:: DATA TO USE
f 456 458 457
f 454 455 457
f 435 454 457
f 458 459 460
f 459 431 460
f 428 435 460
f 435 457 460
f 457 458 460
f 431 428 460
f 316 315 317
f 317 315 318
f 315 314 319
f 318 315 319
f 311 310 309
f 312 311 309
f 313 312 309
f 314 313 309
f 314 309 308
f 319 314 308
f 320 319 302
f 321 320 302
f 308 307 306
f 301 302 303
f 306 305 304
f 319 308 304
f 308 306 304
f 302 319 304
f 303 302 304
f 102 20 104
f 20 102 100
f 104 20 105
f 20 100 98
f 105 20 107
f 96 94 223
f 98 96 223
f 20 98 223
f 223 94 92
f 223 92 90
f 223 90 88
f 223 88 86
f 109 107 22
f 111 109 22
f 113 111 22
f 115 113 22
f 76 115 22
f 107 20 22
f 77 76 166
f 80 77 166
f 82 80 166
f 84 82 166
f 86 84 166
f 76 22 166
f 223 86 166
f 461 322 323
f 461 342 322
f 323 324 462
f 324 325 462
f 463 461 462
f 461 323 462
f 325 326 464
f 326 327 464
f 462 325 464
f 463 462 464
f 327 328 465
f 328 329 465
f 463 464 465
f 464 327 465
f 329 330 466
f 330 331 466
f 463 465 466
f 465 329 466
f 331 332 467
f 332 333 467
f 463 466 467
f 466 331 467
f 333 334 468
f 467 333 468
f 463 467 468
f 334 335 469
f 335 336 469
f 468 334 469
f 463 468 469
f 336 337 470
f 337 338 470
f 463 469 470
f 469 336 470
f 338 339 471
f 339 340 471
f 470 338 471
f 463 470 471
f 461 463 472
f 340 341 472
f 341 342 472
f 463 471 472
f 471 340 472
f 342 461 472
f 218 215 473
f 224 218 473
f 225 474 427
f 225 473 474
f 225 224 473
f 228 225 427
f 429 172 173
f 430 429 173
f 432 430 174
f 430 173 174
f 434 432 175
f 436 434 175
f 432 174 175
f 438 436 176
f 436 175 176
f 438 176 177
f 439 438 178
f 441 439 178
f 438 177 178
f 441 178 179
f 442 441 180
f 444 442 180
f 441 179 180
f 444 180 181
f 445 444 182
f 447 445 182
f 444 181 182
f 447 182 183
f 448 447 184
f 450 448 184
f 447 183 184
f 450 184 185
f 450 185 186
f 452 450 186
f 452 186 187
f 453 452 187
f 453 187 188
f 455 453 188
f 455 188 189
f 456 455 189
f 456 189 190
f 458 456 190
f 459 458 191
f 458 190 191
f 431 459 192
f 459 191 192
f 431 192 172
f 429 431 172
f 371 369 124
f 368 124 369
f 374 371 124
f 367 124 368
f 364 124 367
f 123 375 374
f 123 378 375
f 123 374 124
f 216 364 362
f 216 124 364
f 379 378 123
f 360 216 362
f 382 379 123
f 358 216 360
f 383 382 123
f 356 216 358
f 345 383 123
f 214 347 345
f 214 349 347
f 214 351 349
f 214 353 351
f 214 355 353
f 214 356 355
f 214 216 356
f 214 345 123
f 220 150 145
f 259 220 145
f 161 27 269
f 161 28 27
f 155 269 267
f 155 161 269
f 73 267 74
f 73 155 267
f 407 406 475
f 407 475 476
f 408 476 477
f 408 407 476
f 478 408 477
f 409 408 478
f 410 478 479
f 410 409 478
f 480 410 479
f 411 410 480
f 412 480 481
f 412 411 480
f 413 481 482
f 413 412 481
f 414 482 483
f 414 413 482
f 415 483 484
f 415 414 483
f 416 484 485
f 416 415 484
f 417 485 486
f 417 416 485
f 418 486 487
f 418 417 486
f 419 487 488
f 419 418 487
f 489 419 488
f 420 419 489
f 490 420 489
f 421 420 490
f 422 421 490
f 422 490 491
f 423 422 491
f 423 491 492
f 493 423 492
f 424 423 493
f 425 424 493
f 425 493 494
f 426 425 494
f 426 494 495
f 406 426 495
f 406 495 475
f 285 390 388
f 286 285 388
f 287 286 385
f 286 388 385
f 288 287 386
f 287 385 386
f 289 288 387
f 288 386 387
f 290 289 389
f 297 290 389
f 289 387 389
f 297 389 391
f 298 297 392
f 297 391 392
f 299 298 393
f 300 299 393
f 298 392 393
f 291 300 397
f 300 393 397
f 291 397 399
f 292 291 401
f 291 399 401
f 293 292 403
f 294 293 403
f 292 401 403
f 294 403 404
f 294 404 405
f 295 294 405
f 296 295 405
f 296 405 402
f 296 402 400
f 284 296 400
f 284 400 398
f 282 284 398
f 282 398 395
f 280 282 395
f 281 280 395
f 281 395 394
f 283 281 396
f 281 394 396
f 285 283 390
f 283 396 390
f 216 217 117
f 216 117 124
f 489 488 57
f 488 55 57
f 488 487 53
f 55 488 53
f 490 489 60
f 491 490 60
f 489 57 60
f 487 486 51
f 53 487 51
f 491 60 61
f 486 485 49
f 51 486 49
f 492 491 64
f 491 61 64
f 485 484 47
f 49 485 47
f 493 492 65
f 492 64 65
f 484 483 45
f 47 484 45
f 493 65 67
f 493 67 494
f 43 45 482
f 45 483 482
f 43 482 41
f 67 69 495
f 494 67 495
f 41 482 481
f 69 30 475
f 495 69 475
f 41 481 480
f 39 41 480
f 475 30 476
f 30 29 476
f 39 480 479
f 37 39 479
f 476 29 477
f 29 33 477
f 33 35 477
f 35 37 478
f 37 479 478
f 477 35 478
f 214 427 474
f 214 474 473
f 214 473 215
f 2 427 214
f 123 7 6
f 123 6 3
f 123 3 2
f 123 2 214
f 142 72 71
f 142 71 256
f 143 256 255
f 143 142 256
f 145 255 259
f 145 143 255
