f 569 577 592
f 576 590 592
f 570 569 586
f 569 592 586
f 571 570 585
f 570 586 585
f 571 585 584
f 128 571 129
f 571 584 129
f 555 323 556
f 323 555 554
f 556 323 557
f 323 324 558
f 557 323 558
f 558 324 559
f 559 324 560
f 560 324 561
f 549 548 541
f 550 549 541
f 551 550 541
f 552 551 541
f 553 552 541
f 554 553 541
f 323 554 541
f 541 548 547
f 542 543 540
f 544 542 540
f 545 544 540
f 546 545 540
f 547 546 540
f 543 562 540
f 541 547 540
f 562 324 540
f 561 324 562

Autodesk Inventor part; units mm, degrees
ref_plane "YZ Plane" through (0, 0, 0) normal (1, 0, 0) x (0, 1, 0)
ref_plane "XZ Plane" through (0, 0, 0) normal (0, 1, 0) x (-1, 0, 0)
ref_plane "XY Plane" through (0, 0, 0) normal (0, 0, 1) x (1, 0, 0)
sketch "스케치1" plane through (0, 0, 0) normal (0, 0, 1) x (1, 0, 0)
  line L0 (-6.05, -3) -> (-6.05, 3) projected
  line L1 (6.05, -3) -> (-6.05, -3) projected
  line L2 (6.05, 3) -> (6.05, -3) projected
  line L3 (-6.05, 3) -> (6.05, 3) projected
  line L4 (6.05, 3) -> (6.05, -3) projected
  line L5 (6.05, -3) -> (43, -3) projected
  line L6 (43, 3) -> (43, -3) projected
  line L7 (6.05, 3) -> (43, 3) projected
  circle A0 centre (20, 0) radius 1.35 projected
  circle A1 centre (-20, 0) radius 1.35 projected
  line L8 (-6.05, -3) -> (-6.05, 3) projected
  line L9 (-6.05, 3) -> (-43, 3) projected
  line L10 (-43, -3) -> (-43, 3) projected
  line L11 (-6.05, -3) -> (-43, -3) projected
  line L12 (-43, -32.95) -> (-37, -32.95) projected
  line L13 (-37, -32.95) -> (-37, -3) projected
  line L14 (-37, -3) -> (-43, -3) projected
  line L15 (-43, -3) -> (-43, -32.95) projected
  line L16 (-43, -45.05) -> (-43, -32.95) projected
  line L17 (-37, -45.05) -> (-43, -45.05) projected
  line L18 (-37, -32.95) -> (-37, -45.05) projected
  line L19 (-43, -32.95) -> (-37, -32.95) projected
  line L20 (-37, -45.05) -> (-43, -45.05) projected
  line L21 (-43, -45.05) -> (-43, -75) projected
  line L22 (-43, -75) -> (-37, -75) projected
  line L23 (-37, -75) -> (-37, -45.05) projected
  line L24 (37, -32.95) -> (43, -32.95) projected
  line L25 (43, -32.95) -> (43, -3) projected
::::
:: DATA TO USE
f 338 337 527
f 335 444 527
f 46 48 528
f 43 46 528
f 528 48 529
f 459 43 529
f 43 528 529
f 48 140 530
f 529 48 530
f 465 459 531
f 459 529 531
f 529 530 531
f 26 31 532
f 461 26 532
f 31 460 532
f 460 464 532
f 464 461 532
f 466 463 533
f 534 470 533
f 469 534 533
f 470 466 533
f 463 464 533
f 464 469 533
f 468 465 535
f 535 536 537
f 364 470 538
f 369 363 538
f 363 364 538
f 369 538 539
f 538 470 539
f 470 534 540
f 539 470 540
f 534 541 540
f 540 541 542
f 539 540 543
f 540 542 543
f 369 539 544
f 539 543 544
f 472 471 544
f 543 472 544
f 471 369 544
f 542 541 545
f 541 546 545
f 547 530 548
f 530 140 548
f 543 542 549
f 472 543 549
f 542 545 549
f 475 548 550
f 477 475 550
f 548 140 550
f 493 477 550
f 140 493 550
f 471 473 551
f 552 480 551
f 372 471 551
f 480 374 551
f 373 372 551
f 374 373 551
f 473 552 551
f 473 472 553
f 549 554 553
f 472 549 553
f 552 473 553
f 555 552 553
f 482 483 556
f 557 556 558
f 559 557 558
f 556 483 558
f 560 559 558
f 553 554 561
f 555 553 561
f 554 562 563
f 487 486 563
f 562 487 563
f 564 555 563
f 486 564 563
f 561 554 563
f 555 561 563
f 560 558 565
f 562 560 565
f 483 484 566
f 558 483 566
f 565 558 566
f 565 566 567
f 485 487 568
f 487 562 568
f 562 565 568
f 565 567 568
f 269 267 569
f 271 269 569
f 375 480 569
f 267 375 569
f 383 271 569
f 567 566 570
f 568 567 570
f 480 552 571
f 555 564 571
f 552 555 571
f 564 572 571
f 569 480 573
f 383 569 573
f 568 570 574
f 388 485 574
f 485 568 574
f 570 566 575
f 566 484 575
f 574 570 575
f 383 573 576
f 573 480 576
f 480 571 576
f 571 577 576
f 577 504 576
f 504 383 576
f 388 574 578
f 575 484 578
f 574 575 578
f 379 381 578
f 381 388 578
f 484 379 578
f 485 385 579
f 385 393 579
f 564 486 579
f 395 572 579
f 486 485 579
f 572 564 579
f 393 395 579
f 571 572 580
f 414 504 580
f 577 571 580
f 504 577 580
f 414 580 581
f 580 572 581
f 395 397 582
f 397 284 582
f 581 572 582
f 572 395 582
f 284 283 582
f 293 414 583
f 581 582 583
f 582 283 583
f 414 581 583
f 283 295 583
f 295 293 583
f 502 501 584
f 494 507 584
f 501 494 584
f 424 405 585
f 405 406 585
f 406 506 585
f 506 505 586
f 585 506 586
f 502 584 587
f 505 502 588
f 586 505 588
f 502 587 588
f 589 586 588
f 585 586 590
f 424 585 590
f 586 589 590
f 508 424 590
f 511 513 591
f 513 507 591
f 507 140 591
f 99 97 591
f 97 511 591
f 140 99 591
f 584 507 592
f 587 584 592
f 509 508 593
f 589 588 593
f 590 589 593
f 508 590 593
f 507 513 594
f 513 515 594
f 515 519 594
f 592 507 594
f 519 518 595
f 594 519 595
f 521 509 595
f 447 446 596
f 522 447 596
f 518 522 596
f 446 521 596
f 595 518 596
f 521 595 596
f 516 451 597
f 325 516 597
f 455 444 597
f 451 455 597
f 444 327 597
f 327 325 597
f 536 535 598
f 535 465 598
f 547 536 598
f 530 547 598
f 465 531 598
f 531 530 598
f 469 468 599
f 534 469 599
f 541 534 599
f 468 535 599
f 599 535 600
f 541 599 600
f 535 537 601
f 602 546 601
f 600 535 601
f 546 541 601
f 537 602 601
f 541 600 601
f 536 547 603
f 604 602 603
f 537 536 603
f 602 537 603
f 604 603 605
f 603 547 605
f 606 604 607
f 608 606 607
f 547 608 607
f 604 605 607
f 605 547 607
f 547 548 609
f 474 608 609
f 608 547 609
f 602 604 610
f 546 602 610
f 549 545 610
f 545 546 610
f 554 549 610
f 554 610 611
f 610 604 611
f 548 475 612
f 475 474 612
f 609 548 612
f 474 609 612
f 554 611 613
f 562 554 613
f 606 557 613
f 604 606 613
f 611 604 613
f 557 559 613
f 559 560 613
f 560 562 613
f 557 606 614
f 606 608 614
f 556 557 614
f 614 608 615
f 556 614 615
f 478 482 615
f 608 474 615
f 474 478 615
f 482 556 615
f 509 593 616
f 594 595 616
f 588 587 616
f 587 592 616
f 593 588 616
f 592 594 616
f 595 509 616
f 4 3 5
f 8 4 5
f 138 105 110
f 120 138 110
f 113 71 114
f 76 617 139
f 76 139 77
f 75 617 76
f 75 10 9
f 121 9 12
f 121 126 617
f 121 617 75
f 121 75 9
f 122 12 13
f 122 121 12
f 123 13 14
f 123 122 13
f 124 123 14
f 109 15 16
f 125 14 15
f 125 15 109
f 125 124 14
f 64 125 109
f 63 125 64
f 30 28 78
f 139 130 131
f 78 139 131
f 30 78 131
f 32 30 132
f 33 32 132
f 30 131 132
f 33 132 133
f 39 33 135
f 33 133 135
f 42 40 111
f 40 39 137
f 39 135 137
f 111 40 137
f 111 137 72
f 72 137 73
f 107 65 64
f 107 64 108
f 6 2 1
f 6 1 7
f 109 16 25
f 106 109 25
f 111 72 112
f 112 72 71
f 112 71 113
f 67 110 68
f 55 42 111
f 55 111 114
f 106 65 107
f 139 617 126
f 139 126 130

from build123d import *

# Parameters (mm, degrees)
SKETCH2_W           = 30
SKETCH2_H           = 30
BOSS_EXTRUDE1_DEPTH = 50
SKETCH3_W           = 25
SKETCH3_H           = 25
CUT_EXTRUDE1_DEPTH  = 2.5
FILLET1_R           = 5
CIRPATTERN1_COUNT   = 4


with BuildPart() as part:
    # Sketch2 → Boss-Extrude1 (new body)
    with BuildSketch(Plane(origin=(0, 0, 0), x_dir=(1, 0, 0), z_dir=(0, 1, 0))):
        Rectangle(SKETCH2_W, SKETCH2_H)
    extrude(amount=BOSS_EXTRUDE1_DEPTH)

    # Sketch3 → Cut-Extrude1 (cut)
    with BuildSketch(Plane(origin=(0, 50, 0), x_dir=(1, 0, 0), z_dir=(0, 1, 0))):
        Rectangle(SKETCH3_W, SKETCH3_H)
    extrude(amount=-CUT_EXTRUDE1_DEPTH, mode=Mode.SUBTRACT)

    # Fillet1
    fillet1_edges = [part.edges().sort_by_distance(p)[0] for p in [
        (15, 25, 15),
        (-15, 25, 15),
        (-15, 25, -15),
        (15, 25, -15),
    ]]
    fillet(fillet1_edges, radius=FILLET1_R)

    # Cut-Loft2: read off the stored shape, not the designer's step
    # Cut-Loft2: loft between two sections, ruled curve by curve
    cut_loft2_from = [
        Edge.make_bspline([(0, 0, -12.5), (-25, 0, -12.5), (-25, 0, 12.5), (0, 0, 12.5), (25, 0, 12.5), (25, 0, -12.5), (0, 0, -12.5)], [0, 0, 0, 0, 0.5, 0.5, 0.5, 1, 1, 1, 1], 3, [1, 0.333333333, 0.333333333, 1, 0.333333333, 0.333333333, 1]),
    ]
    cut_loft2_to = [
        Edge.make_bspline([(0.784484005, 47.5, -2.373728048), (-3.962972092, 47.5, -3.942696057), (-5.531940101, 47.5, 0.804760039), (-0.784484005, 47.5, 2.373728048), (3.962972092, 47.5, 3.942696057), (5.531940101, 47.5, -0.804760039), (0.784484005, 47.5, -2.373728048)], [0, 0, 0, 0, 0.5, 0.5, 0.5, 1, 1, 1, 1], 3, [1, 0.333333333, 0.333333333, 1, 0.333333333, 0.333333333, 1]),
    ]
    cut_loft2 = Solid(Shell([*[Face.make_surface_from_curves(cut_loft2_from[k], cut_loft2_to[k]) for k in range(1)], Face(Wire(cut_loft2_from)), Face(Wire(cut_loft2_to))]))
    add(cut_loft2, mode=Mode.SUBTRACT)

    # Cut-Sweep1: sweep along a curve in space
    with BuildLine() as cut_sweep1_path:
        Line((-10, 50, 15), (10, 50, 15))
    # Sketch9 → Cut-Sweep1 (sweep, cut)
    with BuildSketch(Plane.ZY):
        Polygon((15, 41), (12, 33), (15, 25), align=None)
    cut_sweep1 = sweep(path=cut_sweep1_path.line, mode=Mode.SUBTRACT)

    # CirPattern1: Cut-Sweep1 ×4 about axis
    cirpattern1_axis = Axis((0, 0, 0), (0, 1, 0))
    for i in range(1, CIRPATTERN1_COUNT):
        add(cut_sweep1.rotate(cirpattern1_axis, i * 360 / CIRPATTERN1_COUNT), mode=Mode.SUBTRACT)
::::
TASK GOAL — Reproducing the whole listing above is not the task. Copy exactly only the lines from the one with "f 456 458 457" to the one with "f 214 351 349", both kept.

EXERCISE OUTPUT —
f 456 458 457
f 454 455 457
f 435 454 457
f 458 459 460
f 459 431 460
f 428 435 460
f 435 457 460
f 457 458 460
f 431 428 460
f 316 315 317
f 317 315 318
f 315 314 319
f 318 315 319
f 311 310 309
f 312 311 309
f 313 312 309
f 314 313 309
f 314 309 308
f 319 314 308
f 320 319 302
f 321 320 302
f 308 307 306
f 301 302 303
f 306 305 304
f 319 308 304
f 308 306 304
f 302 319 304
f 303 302 304
f 102 20 104
f 20 102 100
f 104 20 105
f 20 100 98
f 105 20 107
f 96 94 223
f 98 96 223
f 20 98 223
f 223 94 92
f 223 92 90
f 223 90 88
f 223 88 86
f 109 107 22
f 111 109 22
f 113 111 22
f 115 113 22
f 76 115 22
f 107 20 22
f 77 76 166
f 80 77 166
f 82 80 166
f 84 82 166
f 86 84 166
f 76 22 166
f 223 86 166
f 461 322 323
f 461 342 322
f 323 324 462
f 324 325 462
f 463 461 462
f 461 323 462
f 325 326 464
f 326 327 464
f 462 325 464
f 463 462 464
f 327 328 465
f 328 329 465
f 463 464 465
f 464 327 465
f 329 330 466
f 330 331 466
f 463 465 466
f 465 329 466
f 331 332 467
f 332 333 467
f 463 466 467
f 466 331 467
f 333 334 468
f 467 333 468
f 463 467 468
f 334 335 469
f 335 336 469
f 468 334 469
f 463 468 469
f 336 337 470
f 337 338 470
f 463 469 470
f 469 336 470
f 338 339 471
f 339 340 471
f 470 338 471
f 463 470 471
f 461 463 472
f 340 341 472
f 341 342 472
f 463 471 472
f 471 340 472
f 342 461 472
f 218 215 473
f 224 218 473
f 225 474 427
f 225 473 474
f 225 224 473
f 228 225 427
f 429 172 173
f 430 429 173
f 432 430 174
f 430 173 174
f 434 432 175
f 436 434 175
f 432 174 175
f 438 436 176
f 436 175 176
f 438 176 177
f 439 438 178
f 441 439 178
f 438 177 178
f 441 178 179
f 442 441 180
f 444 442 180
f 441 179 180
f 444 180 181
f 445 444 182
f 447 445 182
f 444 181 182
f 447 182 183
f 448 447 184
f 450 448 184
f 447 183 184
f 450 184 185
f 450 185 186
f 452 450 186
f 452 186 187
f 453 452 187
f 453 187 188
f 455 453 188
f 455 188 189
f 456 455 189
f 456 189 190
f 458 456 190
f 459 458 191
f 458 190 191
f 431 459 192
f 459 191 192
f 431 192 172
f 429 431 172
f 371 369 124
f 368 124 369
f 374 371 124
f 367 124 368
f 364 124 367
f 123 375 374
f 123 378 375
f 123 374 124
f 216 364 362
f 216 124 364
f 379 378 123
f 360 216 362
f 382 379 123
f 358 216 360
f 383 382 123
f 356 216 358
f 345 383 123
f 214 347 345
f 214 349 347
f 214 351 349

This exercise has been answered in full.